Using the material that follows, output exactly the lines from the one containing "#75=ORIENTED_EDGE('',*,*,#74,.F.);" through the one containing "#85=CIRCLE('',#84,0.95);", with both ends kept.

*-*-*

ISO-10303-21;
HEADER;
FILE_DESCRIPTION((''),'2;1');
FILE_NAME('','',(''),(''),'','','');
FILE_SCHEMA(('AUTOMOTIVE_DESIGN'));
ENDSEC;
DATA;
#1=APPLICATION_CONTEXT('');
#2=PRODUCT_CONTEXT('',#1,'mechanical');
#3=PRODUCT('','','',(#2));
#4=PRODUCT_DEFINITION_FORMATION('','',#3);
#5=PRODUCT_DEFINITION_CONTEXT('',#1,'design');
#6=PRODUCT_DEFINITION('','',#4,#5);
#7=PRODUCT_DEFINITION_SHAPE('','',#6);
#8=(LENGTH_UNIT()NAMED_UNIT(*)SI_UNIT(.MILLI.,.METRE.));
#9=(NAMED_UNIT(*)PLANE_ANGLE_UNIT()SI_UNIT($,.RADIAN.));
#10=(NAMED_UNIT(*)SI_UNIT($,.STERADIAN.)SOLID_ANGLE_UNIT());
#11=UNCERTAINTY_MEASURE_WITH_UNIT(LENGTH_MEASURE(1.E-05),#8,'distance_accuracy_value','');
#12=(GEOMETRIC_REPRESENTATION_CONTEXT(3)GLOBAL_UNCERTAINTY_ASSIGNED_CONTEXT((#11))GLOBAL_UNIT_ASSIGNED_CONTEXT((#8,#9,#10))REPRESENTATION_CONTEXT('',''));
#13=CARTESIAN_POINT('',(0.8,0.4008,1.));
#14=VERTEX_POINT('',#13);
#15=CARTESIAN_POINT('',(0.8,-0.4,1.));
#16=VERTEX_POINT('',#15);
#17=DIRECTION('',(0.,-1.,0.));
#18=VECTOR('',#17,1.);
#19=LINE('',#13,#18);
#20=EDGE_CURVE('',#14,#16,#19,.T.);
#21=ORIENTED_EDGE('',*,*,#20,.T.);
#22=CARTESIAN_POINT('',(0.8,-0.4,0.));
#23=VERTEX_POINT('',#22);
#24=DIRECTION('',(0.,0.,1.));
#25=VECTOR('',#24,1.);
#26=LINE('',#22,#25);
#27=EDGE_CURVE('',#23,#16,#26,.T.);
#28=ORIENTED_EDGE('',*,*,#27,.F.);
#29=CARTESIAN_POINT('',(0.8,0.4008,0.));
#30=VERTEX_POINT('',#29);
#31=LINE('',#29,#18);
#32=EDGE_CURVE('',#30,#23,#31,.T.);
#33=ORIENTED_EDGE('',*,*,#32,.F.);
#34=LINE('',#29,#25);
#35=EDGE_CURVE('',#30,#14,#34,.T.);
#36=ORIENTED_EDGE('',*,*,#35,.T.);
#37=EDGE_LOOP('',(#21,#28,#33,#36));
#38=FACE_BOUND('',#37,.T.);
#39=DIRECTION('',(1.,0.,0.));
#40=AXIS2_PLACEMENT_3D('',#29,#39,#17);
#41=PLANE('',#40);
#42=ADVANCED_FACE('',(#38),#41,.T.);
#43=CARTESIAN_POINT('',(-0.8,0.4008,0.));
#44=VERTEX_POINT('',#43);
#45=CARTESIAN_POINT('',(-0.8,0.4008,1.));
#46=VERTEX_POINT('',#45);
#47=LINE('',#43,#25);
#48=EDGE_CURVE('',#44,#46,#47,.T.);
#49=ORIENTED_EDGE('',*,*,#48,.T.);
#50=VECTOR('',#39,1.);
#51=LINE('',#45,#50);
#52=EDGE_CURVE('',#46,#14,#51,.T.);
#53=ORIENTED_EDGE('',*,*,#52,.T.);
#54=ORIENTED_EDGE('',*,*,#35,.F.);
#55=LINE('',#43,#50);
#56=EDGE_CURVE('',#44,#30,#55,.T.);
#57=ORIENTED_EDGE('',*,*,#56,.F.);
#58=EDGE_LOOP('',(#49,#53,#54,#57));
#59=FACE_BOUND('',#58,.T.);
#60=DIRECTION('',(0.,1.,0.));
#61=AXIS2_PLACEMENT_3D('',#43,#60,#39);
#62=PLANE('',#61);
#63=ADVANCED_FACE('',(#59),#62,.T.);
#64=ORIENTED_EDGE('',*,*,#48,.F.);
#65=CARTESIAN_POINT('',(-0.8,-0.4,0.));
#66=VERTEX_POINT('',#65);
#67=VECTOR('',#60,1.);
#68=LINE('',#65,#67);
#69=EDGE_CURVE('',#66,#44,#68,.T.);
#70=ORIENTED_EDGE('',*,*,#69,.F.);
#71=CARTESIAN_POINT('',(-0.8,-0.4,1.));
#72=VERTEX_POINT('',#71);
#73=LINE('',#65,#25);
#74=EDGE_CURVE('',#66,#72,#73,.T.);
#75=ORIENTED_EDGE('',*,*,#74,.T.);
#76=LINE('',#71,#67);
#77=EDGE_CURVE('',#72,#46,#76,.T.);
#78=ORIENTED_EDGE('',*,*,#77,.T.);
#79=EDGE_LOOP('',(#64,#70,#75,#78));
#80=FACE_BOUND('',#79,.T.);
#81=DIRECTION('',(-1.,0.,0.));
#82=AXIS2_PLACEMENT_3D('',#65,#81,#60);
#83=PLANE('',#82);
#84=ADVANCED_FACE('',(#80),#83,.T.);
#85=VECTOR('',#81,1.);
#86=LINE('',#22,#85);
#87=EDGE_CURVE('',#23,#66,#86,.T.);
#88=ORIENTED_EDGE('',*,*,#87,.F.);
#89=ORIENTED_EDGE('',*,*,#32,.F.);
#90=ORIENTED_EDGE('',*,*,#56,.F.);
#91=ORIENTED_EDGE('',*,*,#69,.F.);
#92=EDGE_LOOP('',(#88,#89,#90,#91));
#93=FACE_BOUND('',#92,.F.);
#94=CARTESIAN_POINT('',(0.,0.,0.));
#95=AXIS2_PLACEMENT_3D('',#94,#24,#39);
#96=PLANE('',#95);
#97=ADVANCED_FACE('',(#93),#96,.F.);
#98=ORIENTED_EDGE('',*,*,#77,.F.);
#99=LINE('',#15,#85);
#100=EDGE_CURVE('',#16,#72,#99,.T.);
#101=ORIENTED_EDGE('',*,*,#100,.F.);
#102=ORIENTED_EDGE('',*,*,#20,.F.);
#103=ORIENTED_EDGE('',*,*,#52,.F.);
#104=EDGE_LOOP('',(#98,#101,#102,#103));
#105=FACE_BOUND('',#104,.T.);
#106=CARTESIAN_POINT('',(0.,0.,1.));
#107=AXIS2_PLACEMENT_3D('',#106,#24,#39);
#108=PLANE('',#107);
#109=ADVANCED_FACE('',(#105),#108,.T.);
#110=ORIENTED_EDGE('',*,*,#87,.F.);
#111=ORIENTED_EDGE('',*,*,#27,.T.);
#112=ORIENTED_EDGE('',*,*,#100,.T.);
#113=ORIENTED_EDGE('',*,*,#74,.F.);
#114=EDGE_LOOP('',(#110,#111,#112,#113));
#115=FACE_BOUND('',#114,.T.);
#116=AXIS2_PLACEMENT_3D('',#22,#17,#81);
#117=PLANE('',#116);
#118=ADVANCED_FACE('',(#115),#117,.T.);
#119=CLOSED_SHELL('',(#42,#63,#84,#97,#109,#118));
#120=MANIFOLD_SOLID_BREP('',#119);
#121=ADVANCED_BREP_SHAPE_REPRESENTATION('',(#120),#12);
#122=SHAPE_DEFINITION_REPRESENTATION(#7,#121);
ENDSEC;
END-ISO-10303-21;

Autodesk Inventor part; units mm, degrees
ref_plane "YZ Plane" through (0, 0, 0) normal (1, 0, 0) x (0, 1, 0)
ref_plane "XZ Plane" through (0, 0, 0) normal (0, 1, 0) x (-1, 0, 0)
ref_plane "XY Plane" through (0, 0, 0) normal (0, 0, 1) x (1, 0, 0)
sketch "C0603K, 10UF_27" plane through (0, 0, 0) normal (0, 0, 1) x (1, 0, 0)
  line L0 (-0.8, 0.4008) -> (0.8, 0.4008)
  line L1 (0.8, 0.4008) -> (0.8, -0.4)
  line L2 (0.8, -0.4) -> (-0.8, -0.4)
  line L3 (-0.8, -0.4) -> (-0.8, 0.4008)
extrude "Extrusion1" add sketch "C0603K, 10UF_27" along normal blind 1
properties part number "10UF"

*-*-*

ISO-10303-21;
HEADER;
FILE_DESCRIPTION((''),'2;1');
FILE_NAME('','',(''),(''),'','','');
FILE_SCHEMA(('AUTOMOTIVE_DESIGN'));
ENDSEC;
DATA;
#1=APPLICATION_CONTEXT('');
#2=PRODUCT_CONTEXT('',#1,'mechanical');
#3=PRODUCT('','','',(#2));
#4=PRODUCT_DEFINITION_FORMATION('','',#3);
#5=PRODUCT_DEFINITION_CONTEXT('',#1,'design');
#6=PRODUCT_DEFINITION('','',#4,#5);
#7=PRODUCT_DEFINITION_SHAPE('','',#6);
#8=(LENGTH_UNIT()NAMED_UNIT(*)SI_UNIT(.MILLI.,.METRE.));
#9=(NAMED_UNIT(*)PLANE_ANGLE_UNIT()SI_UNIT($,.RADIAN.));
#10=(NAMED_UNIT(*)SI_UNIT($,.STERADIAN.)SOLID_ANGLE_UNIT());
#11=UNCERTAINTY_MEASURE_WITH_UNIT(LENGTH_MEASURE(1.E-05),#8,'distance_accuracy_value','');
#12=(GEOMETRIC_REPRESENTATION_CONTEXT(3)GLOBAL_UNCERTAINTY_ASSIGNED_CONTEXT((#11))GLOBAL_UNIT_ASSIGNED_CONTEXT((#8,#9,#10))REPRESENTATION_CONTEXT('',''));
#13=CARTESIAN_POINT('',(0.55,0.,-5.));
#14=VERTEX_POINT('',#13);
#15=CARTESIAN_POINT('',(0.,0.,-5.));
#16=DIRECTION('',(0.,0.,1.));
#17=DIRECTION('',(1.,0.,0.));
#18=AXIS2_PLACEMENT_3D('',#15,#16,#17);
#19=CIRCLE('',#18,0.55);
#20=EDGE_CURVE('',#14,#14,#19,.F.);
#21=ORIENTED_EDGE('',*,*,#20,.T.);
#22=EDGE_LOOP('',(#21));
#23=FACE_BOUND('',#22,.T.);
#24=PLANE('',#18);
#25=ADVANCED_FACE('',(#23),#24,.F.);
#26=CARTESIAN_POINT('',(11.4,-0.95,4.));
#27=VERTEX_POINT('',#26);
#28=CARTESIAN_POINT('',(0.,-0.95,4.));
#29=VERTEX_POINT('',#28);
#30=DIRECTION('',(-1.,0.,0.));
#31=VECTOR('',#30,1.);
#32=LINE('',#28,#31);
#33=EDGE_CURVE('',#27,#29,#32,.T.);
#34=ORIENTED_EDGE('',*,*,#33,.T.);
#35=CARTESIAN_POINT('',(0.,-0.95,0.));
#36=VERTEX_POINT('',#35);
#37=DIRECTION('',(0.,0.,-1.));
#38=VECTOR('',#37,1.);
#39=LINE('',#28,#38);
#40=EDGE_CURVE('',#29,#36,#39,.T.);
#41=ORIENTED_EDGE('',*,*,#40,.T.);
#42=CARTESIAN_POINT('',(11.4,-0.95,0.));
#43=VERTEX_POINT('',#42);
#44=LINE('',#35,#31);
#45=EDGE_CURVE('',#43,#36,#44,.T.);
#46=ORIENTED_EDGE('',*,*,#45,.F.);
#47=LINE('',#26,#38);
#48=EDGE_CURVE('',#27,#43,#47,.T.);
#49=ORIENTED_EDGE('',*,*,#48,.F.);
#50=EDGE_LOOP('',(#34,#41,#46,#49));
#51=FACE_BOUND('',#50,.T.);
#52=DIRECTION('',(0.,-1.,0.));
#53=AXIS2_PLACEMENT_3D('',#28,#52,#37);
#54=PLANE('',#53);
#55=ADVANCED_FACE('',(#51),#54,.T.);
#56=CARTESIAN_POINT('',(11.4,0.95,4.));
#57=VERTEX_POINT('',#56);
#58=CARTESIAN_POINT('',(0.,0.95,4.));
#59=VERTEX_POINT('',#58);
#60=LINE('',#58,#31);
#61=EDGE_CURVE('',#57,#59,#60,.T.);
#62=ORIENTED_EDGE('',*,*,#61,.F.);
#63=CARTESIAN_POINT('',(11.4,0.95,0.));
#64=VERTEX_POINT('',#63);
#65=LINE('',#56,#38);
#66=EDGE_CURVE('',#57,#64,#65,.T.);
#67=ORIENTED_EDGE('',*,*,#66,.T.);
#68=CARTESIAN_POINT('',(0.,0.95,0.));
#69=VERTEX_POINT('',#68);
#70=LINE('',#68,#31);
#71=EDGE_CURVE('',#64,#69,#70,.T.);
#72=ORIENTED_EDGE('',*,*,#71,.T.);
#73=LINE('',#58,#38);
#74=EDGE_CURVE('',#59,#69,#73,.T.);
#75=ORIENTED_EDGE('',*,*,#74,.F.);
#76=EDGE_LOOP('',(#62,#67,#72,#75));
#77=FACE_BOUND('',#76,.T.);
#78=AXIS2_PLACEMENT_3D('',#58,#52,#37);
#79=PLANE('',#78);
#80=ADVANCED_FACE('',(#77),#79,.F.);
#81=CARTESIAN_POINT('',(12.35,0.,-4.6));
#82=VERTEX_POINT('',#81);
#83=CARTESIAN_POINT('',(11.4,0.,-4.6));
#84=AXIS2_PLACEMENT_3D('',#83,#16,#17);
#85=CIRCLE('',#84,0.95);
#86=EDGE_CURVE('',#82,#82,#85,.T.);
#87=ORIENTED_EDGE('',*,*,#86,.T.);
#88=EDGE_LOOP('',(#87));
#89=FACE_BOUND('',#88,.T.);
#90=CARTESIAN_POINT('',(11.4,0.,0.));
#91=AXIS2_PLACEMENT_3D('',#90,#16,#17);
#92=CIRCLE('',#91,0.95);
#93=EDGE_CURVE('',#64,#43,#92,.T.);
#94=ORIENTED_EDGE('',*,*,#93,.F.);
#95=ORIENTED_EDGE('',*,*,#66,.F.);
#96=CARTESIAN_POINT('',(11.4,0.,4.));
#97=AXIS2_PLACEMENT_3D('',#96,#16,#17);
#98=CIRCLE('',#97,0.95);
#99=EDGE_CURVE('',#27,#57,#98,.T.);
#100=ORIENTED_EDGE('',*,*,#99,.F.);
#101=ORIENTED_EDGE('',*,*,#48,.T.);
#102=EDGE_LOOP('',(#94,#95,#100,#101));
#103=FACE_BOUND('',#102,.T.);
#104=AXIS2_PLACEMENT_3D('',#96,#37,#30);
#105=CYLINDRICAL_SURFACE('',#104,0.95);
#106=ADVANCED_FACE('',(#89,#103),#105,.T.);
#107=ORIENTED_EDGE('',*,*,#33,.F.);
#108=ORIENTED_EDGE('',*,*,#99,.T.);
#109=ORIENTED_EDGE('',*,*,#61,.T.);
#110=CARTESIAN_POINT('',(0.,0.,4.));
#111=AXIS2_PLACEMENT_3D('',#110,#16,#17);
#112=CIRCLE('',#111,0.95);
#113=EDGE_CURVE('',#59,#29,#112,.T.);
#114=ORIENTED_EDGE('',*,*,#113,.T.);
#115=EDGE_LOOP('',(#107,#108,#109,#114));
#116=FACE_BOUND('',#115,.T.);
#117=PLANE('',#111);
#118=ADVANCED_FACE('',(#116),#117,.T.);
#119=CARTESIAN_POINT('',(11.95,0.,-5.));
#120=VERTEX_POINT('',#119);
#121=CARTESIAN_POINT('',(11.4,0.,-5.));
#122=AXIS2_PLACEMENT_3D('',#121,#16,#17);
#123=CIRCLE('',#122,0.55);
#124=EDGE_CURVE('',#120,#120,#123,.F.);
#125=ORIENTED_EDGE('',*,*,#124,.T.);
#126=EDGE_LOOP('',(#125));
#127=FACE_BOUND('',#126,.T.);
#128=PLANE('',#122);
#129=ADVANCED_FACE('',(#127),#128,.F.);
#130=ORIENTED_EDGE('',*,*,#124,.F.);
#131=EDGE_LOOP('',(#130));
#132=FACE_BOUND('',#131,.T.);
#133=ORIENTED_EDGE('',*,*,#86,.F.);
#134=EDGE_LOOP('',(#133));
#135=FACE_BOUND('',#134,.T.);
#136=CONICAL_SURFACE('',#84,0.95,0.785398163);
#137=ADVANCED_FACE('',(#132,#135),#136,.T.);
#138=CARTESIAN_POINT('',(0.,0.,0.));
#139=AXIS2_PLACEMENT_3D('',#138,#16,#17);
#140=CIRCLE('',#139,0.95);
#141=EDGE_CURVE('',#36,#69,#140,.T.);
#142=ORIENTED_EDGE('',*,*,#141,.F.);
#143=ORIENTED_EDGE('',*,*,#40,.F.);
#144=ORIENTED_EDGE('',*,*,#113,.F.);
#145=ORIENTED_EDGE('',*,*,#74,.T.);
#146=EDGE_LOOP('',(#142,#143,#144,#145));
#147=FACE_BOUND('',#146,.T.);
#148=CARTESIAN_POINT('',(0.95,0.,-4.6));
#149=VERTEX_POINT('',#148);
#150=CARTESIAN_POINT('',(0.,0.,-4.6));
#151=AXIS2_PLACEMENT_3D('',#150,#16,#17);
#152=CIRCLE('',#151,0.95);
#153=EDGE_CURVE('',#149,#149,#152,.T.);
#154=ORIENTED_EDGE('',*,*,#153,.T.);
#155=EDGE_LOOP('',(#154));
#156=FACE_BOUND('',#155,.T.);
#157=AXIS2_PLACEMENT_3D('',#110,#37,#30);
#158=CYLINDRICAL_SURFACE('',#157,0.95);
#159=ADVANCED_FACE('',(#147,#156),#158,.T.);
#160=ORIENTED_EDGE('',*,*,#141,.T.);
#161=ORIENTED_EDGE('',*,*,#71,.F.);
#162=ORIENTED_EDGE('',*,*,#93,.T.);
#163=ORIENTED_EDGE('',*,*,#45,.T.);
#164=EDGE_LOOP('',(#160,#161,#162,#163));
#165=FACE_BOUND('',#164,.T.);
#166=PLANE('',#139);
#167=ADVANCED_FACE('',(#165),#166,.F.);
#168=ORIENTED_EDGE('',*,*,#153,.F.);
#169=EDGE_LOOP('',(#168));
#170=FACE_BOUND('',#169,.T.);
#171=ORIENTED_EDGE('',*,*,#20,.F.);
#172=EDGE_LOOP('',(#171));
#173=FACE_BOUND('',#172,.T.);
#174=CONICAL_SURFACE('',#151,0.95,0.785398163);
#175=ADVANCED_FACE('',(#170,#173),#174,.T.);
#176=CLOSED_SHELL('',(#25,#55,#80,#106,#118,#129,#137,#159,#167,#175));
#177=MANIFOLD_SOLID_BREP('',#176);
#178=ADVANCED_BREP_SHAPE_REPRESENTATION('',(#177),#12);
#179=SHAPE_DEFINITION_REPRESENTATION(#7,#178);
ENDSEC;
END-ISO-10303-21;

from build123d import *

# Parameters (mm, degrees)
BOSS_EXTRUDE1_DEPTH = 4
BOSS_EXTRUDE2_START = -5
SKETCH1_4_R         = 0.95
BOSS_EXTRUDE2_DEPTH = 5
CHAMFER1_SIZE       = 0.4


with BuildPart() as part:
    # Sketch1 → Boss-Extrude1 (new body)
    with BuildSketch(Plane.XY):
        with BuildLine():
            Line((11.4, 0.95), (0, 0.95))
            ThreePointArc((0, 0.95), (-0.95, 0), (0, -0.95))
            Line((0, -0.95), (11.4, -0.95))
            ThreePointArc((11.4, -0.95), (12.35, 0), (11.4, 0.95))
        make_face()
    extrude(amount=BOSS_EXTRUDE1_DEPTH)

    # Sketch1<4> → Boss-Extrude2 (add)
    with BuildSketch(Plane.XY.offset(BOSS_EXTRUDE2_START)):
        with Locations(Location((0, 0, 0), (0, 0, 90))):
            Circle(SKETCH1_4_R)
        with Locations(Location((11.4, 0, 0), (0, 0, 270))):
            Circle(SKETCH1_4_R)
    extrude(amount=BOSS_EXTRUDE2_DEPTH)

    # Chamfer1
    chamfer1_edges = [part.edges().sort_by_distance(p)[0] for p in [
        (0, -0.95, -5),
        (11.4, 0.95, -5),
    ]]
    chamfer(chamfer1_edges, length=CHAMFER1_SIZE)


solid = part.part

*-*-*

Solution to this task:
#75=ORIENTED_EDGE('',*,*,#74,.F.);
#76=EDGE_LOOP('',(#62,#67,#72,#75));
#77=FACE_BOUND('',#76,.T.);
#78=AXIS2_PLACEMENT_3D('',#58,#52,#37);
#79=PLANE('',#78);
#80=ADVANCED_FACE('',(#77),#79,.F.);
#81=CARTESIAN_POINT('',(12.35,0.,-4.6));
#82=VERTEX_POINT('',#81);
#83=CARTESIAN_POINT('',(11.4,0.,-4.6));
#84=AXIS2_PLACEMENT_3D('',#83,#16,#17);
#85=CIRCLE('',#84,0.95);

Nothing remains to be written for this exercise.